Diffusion-weighted imaging (DWI) is a special technique that is available on MR imaging, which measures the diffusivity of extracellular water. Acutely inflammed bowel has an excess of extracellular fluid that naturally has a high diffusivity; this is well seen on DWI and can be used to identify active bowel wall inflammation (Fig 5).

Luminal narrowing and strictures may be identified either through actual narrowing of the luminal diameter (Fig 6) or indirectly through dilatation of the more proximal bowel loops (Fig 7).

Patients with Crohn’s disease have a 20–40% lifetime risk of fistula formation and the most common fistulas are enterocutaneous, enteroenteric, and perianal fistulas (Fig 8).

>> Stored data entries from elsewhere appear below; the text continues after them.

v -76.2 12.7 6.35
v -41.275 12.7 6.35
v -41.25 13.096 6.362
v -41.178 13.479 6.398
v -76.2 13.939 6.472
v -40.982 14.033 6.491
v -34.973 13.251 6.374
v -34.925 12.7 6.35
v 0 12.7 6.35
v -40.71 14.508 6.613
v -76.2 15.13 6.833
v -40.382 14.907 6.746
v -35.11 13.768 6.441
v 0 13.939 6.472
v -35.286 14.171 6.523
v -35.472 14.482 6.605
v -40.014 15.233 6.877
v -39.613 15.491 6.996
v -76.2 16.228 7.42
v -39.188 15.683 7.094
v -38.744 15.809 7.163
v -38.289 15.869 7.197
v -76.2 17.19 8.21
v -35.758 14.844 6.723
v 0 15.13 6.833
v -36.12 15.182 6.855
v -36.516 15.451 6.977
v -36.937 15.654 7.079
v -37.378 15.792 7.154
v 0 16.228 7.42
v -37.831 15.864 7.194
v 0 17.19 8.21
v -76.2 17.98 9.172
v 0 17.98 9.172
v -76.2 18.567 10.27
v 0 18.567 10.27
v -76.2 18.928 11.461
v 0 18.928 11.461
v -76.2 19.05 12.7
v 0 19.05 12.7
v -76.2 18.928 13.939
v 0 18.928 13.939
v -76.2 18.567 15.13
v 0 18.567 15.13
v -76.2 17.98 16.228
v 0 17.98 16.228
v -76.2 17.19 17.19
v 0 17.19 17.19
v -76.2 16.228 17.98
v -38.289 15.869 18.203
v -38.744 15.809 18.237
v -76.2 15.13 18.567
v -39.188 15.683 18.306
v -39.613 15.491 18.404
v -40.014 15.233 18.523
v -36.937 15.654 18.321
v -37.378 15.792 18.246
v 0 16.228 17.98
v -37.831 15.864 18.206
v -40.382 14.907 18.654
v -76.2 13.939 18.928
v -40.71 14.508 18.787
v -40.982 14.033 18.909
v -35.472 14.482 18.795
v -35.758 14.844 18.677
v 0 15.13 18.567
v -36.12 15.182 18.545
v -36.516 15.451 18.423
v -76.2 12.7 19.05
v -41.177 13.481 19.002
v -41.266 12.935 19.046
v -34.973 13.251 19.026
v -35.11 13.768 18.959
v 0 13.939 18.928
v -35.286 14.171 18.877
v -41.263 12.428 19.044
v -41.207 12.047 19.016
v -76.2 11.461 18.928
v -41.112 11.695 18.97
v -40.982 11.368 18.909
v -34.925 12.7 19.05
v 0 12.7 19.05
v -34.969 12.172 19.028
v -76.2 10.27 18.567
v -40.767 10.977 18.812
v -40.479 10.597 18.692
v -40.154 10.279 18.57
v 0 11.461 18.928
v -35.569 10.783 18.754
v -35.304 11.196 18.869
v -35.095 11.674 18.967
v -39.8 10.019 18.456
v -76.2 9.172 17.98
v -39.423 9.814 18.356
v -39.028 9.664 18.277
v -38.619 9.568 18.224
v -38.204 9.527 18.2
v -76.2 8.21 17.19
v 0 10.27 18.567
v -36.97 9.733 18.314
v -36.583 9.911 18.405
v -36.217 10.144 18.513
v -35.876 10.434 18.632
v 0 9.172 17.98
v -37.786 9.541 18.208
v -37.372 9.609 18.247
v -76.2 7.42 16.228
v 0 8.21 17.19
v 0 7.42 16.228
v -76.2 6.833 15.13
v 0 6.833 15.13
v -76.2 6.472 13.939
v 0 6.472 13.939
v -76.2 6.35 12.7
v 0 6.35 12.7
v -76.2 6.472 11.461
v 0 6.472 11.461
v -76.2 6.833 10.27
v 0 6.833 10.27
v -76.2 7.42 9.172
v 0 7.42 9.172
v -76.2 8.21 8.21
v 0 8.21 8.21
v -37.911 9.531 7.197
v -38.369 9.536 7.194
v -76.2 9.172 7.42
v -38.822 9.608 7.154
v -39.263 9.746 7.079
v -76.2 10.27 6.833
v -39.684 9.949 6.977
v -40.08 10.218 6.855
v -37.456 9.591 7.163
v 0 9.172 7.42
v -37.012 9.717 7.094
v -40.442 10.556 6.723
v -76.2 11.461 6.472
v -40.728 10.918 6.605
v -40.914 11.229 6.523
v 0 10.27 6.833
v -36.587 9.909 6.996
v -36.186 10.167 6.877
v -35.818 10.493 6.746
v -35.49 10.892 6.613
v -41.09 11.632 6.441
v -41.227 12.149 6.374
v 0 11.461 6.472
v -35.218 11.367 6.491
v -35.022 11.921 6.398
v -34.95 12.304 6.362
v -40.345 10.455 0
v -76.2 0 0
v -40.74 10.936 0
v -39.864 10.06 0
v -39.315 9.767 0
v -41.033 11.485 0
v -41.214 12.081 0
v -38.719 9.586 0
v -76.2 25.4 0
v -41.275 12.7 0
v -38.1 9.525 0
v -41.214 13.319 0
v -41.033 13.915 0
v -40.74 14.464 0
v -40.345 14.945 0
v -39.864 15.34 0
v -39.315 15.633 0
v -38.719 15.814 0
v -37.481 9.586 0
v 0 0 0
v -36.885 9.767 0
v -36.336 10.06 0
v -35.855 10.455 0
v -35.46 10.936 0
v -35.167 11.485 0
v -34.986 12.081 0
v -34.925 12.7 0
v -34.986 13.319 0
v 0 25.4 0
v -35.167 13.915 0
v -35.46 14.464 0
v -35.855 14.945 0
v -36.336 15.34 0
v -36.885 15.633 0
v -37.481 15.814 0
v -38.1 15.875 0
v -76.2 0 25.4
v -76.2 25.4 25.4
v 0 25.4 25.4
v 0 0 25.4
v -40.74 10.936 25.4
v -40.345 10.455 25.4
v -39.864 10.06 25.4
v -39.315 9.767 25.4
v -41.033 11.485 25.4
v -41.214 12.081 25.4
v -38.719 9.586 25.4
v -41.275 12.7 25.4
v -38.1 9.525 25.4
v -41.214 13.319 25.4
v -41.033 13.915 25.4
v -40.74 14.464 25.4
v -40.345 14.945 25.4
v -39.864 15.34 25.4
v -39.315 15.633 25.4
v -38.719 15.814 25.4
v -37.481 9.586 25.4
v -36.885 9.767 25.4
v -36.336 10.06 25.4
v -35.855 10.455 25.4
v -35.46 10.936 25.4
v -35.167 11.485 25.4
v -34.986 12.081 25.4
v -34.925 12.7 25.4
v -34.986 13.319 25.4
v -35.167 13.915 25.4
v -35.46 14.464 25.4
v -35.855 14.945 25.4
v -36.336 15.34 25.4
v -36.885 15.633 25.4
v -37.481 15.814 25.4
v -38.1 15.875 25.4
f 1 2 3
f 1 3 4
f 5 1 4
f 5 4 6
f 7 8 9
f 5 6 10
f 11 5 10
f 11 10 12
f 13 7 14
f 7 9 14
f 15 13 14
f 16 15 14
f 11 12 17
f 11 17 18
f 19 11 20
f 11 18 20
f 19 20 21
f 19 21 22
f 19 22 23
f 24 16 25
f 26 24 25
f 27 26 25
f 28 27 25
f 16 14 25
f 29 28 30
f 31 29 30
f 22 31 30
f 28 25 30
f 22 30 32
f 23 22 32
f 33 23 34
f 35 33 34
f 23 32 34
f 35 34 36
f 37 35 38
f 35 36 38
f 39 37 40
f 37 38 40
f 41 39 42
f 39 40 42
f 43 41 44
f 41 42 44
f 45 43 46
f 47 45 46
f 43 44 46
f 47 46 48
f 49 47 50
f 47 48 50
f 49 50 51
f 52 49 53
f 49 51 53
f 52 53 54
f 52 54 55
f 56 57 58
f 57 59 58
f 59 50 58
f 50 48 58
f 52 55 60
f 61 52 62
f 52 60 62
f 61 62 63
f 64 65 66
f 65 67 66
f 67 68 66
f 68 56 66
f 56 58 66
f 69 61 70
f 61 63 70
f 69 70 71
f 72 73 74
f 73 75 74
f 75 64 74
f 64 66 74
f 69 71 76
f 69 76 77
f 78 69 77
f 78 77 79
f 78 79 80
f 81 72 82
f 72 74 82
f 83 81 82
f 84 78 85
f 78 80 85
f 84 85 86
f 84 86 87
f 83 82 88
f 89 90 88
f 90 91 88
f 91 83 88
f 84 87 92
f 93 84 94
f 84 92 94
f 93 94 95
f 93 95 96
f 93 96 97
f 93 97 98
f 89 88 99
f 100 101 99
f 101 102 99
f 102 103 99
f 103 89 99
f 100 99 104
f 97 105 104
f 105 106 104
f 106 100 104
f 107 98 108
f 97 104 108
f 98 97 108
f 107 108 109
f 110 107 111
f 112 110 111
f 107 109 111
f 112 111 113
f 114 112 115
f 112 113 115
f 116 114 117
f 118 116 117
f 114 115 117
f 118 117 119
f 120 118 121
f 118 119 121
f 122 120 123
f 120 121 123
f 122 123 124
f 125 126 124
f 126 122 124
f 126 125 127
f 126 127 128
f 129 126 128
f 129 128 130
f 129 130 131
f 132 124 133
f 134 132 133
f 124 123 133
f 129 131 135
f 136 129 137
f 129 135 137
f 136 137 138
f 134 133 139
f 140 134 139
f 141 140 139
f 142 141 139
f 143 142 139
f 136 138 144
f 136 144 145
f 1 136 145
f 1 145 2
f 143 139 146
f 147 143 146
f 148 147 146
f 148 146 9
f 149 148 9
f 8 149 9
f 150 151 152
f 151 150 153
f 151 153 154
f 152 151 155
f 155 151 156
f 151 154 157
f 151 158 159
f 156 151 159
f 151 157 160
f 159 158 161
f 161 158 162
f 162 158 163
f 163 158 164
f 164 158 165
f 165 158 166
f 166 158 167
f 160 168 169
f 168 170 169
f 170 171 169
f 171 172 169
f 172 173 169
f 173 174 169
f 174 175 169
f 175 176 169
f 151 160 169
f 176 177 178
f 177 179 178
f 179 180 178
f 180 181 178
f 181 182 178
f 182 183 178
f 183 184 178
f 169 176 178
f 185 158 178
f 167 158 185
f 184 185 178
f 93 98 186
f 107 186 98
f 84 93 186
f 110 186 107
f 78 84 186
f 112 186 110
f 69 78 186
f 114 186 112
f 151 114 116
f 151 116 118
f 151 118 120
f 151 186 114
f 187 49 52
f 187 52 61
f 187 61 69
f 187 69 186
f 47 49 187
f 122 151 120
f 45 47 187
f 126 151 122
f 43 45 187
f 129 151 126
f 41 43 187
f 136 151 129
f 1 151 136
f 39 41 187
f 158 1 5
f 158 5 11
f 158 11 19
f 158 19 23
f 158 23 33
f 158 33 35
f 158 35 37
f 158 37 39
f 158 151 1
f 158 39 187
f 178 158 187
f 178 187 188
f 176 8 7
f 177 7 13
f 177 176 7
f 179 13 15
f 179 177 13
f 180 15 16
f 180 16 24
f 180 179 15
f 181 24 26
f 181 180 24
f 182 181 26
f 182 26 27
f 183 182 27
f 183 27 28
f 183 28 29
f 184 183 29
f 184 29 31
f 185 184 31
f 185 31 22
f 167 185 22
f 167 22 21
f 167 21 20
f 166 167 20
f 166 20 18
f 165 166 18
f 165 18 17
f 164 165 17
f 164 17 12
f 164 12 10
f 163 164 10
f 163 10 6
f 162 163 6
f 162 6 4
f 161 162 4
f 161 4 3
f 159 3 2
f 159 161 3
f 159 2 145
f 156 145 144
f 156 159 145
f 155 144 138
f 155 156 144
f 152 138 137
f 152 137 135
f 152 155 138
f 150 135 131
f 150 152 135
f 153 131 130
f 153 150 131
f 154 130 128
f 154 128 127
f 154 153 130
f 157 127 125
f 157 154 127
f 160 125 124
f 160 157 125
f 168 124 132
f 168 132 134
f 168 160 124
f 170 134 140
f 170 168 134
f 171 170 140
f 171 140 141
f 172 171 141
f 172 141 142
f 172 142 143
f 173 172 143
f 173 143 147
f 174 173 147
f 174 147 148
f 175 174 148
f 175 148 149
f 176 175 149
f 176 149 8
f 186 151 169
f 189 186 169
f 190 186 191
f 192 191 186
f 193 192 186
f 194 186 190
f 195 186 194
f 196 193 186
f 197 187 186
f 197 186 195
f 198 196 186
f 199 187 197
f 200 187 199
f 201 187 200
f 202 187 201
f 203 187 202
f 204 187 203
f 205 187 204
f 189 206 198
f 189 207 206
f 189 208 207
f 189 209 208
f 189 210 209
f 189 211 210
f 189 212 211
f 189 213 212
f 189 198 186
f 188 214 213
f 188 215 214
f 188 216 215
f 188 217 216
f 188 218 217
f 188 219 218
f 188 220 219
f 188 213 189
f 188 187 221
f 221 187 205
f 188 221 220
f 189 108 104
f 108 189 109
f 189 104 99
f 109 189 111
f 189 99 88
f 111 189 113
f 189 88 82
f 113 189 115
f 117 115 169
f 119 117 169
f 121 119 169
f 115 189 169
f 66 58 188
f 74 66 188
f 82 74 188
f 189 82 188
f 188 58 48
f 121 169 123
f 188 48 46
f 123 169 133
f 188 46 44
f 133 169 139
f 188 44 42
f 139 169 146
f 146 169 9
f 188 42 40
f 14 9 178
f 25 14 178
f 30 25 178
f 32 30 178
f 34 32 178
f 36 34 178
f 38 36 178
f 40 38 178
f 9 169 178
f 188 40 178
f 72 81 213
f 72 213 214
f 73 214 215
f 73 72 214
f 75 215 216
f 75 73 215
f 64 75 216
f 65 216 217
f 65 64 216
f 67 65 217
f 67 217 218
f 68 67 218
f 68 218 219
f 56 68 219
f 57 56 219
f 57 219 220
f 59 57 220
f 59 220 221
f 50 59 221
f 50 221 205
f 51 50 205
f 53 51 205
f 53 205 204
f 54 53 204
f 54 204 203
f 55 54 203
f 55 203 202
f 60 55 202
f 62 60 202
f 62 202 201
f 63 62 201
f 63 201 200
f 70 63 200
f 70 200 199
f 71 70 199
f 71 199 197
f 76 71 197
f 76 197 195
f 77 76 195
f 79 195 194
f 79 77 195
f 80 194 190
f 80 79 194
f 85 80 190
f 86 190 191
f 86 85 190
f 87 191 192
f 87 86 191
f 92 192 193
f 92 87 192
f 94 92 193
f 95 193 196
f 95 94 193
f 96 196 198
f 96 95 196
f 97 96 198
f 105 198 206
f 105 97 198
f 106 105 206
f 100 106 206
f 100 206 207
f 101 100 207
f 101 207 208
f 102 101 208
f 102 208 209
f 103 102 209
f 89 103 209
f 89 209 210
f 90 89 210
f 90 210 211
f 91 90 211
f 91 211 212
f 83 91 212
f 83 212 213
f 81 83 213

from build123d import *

# Parameters (mm, degrees)
SKETCH1_W           = 76.2
SKETCH1_H           = 25.4
SKETCH1_R           = 3.175
BOSS_EXTRUDE1_DEPTH = 25.4
SKETCH2_R           = 6.35
CUT_EXTRUDE1_DEPTH  = 85.242269675


with BuildPart() as part:
    # Sketch1 → Boss-Extrude1 (new body)
    with BuildSketch(Plane.XY):
        with Locations((-38.1, 12.7)):
            Rectangle(SKETCH1_W, SKETCH1_H)
        with Locations((-38.1, 12.7)):
            Circle(SKETCH1_R, mode=Mode.SUBTRACT)
    extrude(amount=BOSS_EXTRUDE1_DEPTH)

    # Sketch2 → Cut-Extrude1 (cut, through all)
    with BuildSketch(Plane(origin=(0, 0, 0), x_dir=(0, 0, -1), z_dir=(1, 0, 0))):
        with Locations((-12.7, 12.7)):
            Circle(SKETCH2_R)
    extrude(amount=-CUT_EXTRUDE1_DEPTH, mode=Mode.SUBTRACT)


solid = part.part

2. Extra-intestinal findings

The extra-intestinal findings include engorgement of mesenteric vessels (comb sign), mesenteric infiltration, increased mesenteric fat, lymphadenpathy, fluid collections (abscess formation) and ascites. Engorgement of the vasa recta is a finding of active inflammation in IBD and is caused by increased blood flow through the vasa recta to inflamed segments of bowel; this may result in the comb sign (Fig 9). Extension of inflammation outside the bowel wall results in mesenteric infiltration that appears as fat stranding on MR and CT enterography (Fig 10). An increase in number and size of mesenteric lymph nodes (frequently only mildly enlarged) is seen in IBD (Fig 11).

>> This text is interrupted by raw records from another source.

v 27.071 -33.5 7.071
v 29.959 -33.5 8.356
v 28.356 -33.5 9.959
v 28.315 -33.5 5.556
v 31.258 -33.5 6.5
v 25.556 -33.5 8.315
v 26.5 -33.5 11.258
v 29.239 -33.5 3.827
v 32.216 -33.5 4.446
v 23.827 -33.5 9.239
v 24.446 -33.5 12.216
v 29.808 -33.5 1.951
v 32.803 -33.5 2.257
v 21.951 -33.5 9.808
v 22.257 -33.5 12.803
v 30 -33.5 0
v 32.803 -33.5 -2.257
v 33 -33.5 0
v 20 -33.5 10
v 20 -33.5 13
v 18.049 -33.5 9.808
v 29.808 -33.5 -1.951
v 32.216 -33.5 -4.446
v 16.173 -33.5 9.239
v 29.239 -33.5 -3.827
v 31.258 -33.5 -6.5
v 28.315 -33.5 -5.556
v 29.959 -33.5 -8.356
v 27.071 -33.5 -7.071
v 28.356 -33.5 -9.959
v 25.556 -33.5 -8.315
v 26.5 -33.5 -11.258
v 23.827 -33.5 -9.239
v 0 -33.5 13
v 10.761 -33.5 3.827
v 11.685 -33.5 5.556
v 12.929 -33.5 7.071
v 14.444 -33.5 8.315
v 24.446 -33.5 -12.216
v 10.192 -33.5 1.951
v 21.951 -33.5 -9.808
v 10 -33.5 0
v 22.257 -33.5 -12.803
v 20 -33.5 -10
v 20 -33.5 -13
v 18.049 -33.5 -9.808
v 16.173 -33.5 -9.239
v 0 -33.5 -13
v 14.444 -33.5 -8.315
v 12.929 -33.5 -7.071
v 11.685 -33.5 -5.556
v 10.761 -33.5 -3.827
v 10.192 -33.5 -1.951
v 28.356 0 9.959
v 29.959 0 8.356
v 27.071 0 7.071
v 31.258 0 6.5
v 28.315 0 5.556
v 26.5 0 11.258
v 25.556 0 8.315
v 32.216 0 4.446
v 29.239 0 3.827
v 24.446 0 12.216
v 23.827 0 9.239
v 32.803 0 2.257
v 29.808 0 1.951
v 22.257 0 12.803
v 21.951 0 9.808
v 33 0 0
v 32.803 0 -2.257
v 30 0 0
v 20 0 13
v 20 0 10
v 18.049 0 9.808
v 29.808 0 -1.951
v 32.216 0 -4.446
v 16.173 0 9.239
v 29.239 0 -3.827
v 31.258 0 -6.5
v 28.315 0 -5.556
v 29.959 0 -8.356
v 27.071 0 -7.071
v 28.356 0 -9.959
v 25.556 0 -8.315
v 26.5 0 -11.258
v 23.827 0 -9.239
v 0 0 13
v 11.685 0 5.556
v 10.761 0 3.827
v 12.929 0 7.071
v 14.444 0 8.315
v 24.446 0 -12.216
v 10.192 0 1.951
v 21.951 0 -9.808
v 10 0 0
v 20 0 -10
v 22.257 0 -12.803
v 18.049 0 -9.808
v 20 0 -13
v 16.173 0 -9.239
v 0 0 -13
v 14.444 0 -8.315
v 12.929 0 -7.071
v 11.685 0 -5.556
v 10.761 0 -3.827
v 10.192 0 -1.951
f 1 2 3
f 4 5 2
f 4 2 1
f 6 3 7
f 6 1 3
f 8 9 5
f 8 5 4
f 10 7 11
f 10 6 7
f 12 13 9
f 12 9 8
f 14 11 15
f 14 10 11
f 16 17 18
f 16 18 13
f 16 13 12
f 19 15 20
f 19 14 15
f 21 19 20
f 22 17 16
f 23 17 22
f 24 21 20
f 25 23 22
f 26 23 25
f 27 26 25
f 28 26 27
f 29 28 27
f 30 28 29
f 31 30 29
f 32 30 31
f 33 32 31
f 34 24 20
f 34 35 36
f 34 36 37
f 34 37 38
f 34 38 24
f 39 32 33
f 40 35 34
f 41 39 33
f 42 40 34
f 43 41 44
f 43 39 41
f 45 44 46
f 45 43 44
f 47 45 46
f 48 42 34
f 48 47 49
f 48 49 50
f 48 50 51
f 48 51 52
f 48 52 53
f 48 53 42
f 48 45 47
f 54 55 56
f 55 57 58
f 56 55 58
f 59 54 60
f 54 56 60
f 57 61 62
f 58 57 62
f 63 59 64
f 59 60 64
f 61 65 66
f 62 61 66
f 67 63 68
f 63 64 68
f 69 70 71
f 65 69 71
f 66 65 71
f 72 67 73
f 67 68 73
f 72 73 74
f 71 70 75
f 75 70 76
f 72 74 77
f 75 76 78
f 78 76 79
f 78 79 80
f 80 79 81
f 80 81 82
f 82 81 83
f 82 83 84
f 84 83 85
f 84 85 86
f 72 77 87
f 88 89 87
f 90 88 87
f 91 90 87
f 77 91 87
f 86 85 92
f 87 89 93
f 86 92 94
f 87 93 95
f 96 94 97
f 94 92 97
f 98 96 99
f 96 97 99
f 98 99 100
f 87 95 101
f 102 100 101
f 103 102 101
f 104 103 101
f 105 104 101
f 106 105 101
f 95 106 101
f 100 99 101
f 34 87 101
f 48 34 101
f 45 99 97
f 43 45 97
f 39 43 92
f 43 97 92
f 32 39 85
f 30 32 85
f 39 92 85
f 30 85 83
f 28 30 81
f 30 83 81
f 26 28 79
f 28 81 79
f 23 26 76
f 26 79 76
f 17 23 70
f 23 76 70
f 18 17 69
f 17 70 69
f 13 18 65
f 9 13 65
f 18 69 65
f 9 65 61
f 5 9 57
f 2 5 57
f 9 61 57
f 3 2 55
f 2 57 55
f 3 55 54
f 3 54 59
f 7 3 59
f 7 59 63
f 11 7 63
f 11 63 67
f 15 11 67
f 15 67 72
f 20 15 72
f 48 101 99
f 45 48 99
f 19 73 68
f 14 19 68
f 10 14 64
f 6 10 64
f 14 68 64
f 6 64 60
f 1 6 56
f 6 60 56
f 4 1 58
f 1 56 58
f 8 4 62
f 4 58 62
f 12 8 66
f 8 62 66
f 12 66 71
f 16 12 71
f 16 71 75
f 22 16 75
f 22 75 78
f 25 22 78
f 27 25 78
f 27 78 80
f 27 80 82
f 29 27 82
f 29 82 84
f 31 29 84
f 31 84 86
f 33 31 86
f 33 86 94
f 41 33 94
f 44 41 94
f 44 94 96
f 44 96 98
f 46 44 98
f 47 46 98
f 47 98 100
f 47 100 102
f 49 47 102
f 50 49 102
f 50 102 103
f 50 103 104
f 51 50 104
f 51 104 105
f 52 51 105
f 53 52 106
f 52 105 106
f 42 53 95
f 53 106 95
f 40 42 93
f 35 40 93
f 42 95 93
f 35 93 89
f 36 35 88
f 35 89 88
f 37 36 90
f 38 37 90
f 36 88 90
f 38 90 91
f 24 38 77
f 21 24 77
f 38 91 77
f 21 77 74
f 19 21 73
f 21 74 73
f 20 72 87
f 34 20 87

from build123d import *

# Parameters (mm, degrees)
BOSS_EXTRUDE2_DEPTH = 33.5
SKETCH2_R           = 10
CUT_EXTRUDE1_DEPTH  = 49.787805854


with BuildPart() as part:
    # Sketch1 → Boss-Extrude2 (new body)
    with BuildSketch(Plane(origin=(0, 0, 0), x_dir=(1, 0, 0), z_dir=(0, 1, 0))):
        with BuildLine():
            Line((0, 0), (0, 13))
            Line((0, 13), (20, 13))
            ThreePointArc((20, 13), (33, 0), (20, -13))
            Line((20, -13), (0, -13))
            Line((0, -13), (0, 0))
        make_face()
    extrude(amount=-BOSS_EXTRUDE2_DEPTH)

    # Sketch2 → Cut-Extrude1 (cut, through all)
    with BuildSketch(Plane(origin=(0, 0, 0), x_dir=(1, 0, 0), z_dir=(0, 1, 0))):
        with Locations(Location((20, 0, 0), (0, 0, 270))):
            Circle(SKETCH2_R)
    extrude(amount=-CUT_EXTRUDE1_DEPTH, mode=Mode.SUBTRACT)


solid = part.part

Other non-bowel related features, which include gall stones, nephrolithiasis, primary sclerosing cholangiitis, sacroiliitis and thromboembolism are all detected on images obtained during CT and MR enterography.

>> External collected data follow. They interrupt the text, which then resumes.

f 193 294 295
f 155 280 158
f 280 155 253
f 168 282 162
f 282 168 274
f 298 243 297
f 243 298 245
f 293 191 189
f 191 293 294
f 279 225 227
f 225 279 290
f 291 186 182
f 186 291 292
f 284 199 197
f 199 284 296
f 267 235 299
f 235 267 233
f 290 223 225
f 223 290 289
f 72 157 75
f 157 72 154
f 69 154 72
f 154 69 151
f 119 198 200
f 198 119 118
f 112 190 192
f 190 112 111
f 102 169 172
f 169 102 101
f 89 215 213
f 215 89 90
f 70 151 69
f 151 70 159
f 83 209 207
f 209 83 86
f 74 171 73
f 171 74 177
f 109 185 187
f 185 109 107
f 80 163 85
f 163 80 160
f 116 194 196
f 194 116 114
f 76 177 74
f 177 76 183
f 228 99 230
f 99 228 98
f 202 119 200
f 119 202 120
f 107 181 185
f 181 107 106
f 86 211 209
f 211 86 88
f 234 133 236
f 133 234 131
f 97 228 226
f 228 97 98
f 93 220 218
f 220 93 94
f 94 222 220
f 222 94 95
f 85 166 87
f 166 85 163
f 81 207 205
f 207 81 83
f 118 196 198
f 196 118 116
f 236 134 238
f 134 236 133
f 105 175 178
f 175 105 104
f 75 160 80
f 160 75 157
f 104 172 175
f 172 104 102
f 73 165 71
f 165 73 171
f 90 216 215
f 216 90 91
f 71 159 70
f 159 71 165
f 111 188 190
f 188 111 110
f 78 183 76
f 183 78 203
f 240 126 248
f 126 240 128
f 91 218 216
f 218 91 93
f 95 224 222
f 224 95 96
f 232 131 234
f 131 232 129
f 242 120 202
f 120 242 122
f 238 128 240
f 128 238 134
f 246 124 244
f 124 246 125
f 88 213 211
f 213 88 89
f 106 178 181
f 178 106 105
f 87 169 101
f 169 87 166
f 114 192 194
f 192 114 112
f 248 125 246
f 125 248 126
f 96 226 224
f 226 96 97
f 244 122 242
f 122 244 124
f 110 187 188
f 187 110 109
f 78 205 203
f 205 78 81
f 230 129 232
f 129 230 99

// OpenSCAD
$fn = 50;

CT and MR enterography are safe and effective methods for diagnosing and evaluating IBD; unlike previous x-ray contrast techniques and endoscopy, these methods allow radiologists to interpret intestinal and extra-intestinal findings that are widespread and which are of great importance in these patients.

Figure Legends

Fig 1

Figure 1. Coronal CT enterographic image showing multiple areas of bowel wall thickening throughout the abdomen (arrows) in this patient with Crohn’s disease.

Fig 2

Figure 2. Coronal CT enterographic image showing mucosal enhancement and mural stratification (white arrow) as well as engorged mesenteric blood vessels (vasa recta) (black arrows) in this patient with Crohn’s disease.

Fig 3

Figure 3. MR enterographic image shows bowel wall thickening of the descending colon (white arrow) and wispy increased signal intensity in the surrounding pericolonic fat (black arrow).

Fig 4

Figure 4. Coronal post-IV contrast T1-weighted MR enterographic image showing discontinuous regions of bowel wall thickening and mucosal enhancement (arrows).

Fig 5

Figure 5. Coronal diffusion-weighted image with background body shows an S-shaped area of restricted diffusion corresponding to the terminal ileum (arrows).

Fig 6

Figure 6. Coronal CT enterographic image showing  narrowing of the lumen of the terminal ileum (white arrow) in Crohn’s disease.

Fig 8

Figure 8. Axial T1-weighted MR entrograph shows a fistula between the colon and uterus (white arrow), a short-segment stricture (arrowhead) just proximal to the fistula and more proximal  small bowel dilatation (black arrow).

Fig 9

Figure 9. Oblique coronal CT enterographic image shows abnormal bowel wall thickening, mucosal hyperenhancement of the terminal ileum and engorgment of the vasa recta (arrows) creating the comb sign.

Fig 10

Figure 10. Fat stranding within the pericecal fat (arrows) seen on axial CT enterography.

Fig 11

Figure 11. Prominent mesenteric lymph nodes (increase in size and number of lymph nodes) (arrows) seen on coronal CT enterography.